Records supplied →
= = = = =

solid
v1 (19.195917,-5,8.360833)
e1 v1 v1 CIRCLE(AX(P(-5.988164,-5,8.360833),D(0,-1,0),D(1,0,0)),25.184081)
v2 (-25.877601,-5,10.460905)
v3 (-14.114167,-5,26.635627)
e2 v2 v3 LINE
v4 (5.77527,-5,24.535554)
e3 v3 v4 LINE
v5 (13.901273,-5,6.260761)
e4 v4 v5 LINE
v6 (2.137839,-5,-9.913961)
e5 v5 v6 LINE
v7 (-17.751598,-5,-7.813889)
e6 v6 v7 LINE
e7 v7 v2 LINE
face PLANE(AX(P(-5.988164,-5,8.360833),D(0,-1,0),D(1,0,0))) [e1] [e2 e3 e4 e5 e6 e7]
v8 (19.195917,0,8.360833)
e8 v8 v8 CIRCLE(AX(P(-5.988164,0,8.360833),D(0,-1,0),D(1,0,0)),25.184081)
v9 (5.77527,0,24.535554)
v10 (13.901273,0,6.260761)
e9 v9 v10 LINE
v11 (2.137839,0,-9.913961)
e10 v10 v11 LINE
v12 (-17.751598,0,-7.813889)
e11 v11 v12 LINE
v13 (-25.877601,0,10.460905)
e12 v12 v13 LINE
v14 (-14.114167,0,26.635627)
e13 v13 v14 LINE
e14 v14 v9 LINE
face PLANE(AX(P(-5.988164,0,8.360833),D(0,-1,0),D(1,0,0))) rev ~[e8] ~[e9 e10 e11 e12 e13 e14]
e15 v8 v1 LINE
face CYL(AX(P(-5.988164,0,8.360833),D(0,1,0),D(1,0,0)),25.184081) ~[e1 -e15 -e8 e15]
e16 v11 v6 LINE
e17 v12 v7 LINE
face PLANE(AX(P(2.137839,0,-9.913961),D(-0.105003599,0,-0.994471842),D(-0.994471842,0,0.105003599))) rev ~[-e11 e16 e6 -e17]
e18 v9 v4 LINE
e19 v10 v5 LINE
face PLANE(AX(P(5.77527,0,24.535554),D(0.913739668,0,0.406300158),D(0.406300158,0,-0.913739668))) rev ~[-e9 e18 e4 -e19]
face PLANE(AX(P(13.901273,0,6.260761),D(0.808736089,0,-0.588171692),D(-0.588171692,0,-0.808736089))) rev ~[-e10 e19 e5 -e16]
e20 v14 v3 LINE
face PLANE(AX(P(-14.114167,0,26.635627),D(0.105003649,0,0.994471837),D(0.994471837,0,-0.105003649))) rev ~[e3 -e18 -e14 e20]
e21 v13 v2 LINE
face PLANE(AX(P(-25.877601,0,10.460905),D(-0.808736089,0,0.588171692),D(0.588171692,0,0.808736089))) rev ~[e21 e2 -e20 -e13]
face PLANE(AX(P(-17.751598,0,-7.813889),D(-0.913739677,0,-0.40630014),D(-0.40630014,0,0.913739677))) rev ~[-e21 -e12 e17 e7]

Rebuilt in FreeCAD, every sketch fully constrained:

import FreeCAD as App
import Part
import Sketcher
from FreeCAD import Vector

doc = App.newDocument("Part")
body = doc.addObject("PartDesign::Body", "Body")

# Sketch on XZ plane
sketch1 = doc.addObject("Sketcher::SketchObject", "Sketch")
body.addObject(sketch1)
sketch1.AttachmentSupport = (doc.XZ_Plane, [""])
sketch1.MapMode = "FlatFace"
sketch1.addGeometry([
    Part.Circle(Vector(-6, 8, 0), Vector(0, 0, 1), 25),  # 0
    Part.LineSegment(Vector(-14, 27, 0), Vector(6, 25, 0)),  # 1
    Part.LineSegment(Vector(6, 25, 0), Vector(14, 6, 0)),  # 2
    Part.LineSegment(Vector(14, 6, 0), Vector(2, -10, 0)),  # 3
    Part.LineSegment(Vector(2, -10, 0), Vector(-18, -8, 0)),  # 4
    Part.LineSegment(Vector(-18, -8, 0), Vector(-26, 10, 0)),  # 5
    Part.LineSegment(Vector(-26, 10, 0), Vector(-14, 27, 0)),  # 6
], False)
sketch1.addConstraint([
    Sketcher.Constraint("Coincident", 1, 2, 2, 1),
    Sketcher.Constraint("Coincident", 2, 2, 3, 1),
    Sketcher.Constraint("Coincident", 3, 2, 4, 1),
    Sketcher.Constraint("Coincident", 4, 2, 5, 1),
    Sketcher.Constraint("Coincident", 5, 2, 6, 1),
    Sketcher.Constraint("Coincident", 6, 2, 1, 1),
    Sketcher.Constraint("Parallel", 1, 4),
    Sketcher.Constraint("Parallel", 2, 5),
    Sketcher.Constraint("Parallel", 3, 6),
    Sketcher.Constraint("Equal", 1, 2),
    Sketcher.Constraint("Equal", 2, 3),
    Sketcher.Constraint("Equal", 3, 4),
    Sketcher.Constraint("Distance", 1, 20.0),
    Sketcher.Constraint("Diameter", 0, 50.368162),
    Sketcher.Constraint("DistanceX", 4, 2, -1, 1, 17.751598),
    Sketcher.Constraint("DistanceX", 5, 2, -1, 1, 25.877601),
    Sketcher.Constraint("DistanceX", -1, 1, 1, 2, 5.77527),
    Sketcher.Constraint("DistanceY", -1, 1, 2, 2, 6.260761),
    Sketcher.Constraint("DistanceX", -1, 1, 3, 2, 2.137839),
    Sketcher.Constraint("DistanceY", 0, 3, 1, 2, 16.174721),
    Sketcher.Constraint("DistanceX", 0, 3, -1, 1, 5.988164),
])
pad1 = doc.addObject("PartDesign::Pad", "Pad")
body.addObject(pad1)
pad1.Profile = sketch1
pad1.Length = 5

doc.recompute()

= = = = =

Brief →
Every entry must be output again exactly as it was given.

Solution below →
solid
v1 (19.195917,-5,8.360833)
e1 v1 v1 CIRCLE(AX(P(-5.988164,-5,8.360833),D(0,-1,0),D(1,0,0)),25.184081)
v2 (-25.877601,-5,10.460905)
v3 (-14.114167,-5,26.635627)
e2 v2 v3 LINE
v4 (5.77527,-5,24.535554)
e3 v3 v4 LINE
v5 (13.901273,-5,6.260761)
e4 v4 v5 LINE
v6 (2.137839,-5,-9.913961)
e5 v5 v6 LINE
v7 (-17.751598,-5,-7.813889)
e6 v6 v7 LINE
e7 v7 v2 LINE
face PLANE(AX(P(-5.988164,-5,8.360833),D(0,-1,0),D(1,0,0))) [e1] [e2 e3 e4 e5 e6 e7]
v8 (19.195917,0,8.360833)
e8 v8 v8 CIRCLE(AX(P(-5.988164,0,8.360833),D(0,-1,0),D(1,0,0)),25.184081)
v9 (5.77527,0,24.535554)
v10 (13.901273,0,6.260761)
e9 v9 v10 LINE
v11 (2.137839,0,-9.913961)
e10 v10 v11 LINE
v12 (-17.751598,0,-7.813889)
e11 v11 v12 LINE
v13 (-25.877601,0,10.460905)
e12 v12 v13 LINE
v14 (-14.114167,0,26.635627)
e13 v13 v14 LINE
e14 v14 v9 LINE
face PLANE(AX(P(-5.988164,0,8.360833),D(0,-1,0),D(1,0,0))) rev ~[e8] ~[e9 e10 e11 e12 e13 e14]
e15 v8 v1 LINE
face CYL(AX(P(-5.988164,0,8.360833),D(0,1,0),D(1,0,0)),25.184081) ~[e1 -e15 -e8 e15]
e16 v11 v6 LINE
e17 v12 v7 LINE
face PLANE(AX(P(2.137839,0,-9.913961),D(-0.105003599,0,-0.994471842),D(-0.994471842,0,0.105003599))) rev ~[-e11 e16 e6 -e17]
e18 v9 v4 LINE
e19 v10 v5 LINE
face PLANE(AX(P(5.77527,0,24.535554),D(0.913739668,0,0.406300158),D(0.406300158,0,-0.913739668))) rev ~[-e9 e18 e4 -e19]
face PLANE(AX(P(13.901273,0,6.260761),D(0.808736089,0,-0.588171692),D(-0.588171692,0,-0.808736089))) rev ~[-e10 e19 e5 -e16]
e20 v14 v3 LINE
face PLANE(AX(P(-14.114167,0,26.635627),D(0.105003649,0,0.994471837),D(0.994471837,0,-0.105003649))) rev ~[e3 -e18 -e14 e20]
e21 v13 v2 LINE
face PLANE(AX(P(-25.877601,0,10.460905),D(-0.808736089,0,0.588171692),D(0.588171692,0,0.808736089))) rev ~[e21 e2 -e20 -e13]
face PLANE(AX(P(-17.751598,0,-7.813889),D(-0.913739677,0,-0.40630014),D(-0.40630014,0,0.913739677))) rev ~[-e21 -e12 e17 e7]

Rebuilt in FreeCAD, every sketch fully constrained:

import FreeCAD as App
import Part
import Sketcher
from FreeCAD import Vector

doc = App.newDocument("Part")
body = doc.addObject("PartDesign::Body", "Body")

# Sketch on XZ plane
sketch1 = doc.addObject("Sketcher::SketchObject", "Sketch")
body.addObject(sketch1)
sketch1.AttachmentSupport = (doc.XZ_Plane, [""])
sketch1.MapMode = "FlatFace"
sketch1.addGeometry([
    Part.Circle(Vector(-6, 8, 0), Vector(0, 0, 1), 25),  # 0
    Part.LineSegment(Vector(-14, 27, 0), Vector(6, 25, 0)),  # 1
    Part.LineSegment(Vector(6, 25, 0), Vector(14, 6, 0)),  # 2
    Part.LineSegment(Vector(14, 6, 0), Vector(2, -10, 0)),  # 3
    Part.LineSegment(Vector(2, -10, 0), Vector(-18, -8, 0)),  # 4
    Part.LineSegment(Vector(-18, -8, 0), Vector(-26, 10, 0)),  # 5
    Part.LineSegment(Vector(-26, 10, 0), Vector(-14, 27, 0)),  # 6
], False)
sketch1.addConstraint([
    Sketcher.Constraint("Coincident", 1, 2, 2, 1),
    Sketcher.Constraint("Coincident", 2, 2, 3, 1),
    Sketcher.Constraint("Coincident", 3, 2, 4, 1),
    Sketcher.Constraint("Coincident", 4, 2, 5, 1),
    Sketcher.Constraint("Coincident", 5, 2, 6, 1),
    Sketcher.Constraint("Coincident", 6, 2, 1, 1),
    Sketcher.Constraint("Parallel", 1, 4),
    Sketcher.Constraint("Parallel", 2, 5),
    Sketcher.Constraint("Parallel", 3, 6),
    Sketcher.Constraint("Equal", 1, 2),
    Sketcher.Constraint("Equal", 2, 3),
    Sketcher.Constraint("Equal", 3, 4),
    Sketcher.Constraint("Distance", 1, 20.0),
    Sketcher.Constraint("Diameter", 0, 50.368162),
    Sketcher.Constraint("DistanceX", 4, 2, -1, 1, 17.751598),
    Sketcher.Constraint("DistanceX", 5, 2, -1, 1, 25.877601),
    Sketcher.Constraint("DistanceX", -1, 1, 1, 2, 5.77527),
    Sketcher.Constraint("DistanceY", -1, 1, 2, 2, 6.260761),
    Sketcher.Constraint("DistanceX", -1, 1, 3, 2, 2.137839),
    Sketcher.Constraint("DistanceY", 0, 3, 1, 2, 16.174721),
    Sketcher.Constraint("DistanceX", 0, 3, -1, 1, 5.988164),
])
pad1 = doc.addObject("PartDesign::Pad", "Pad")
body.addObject(pad1)
pad1.Profile = sketch1
pad1.Length = 5

doc.recompute()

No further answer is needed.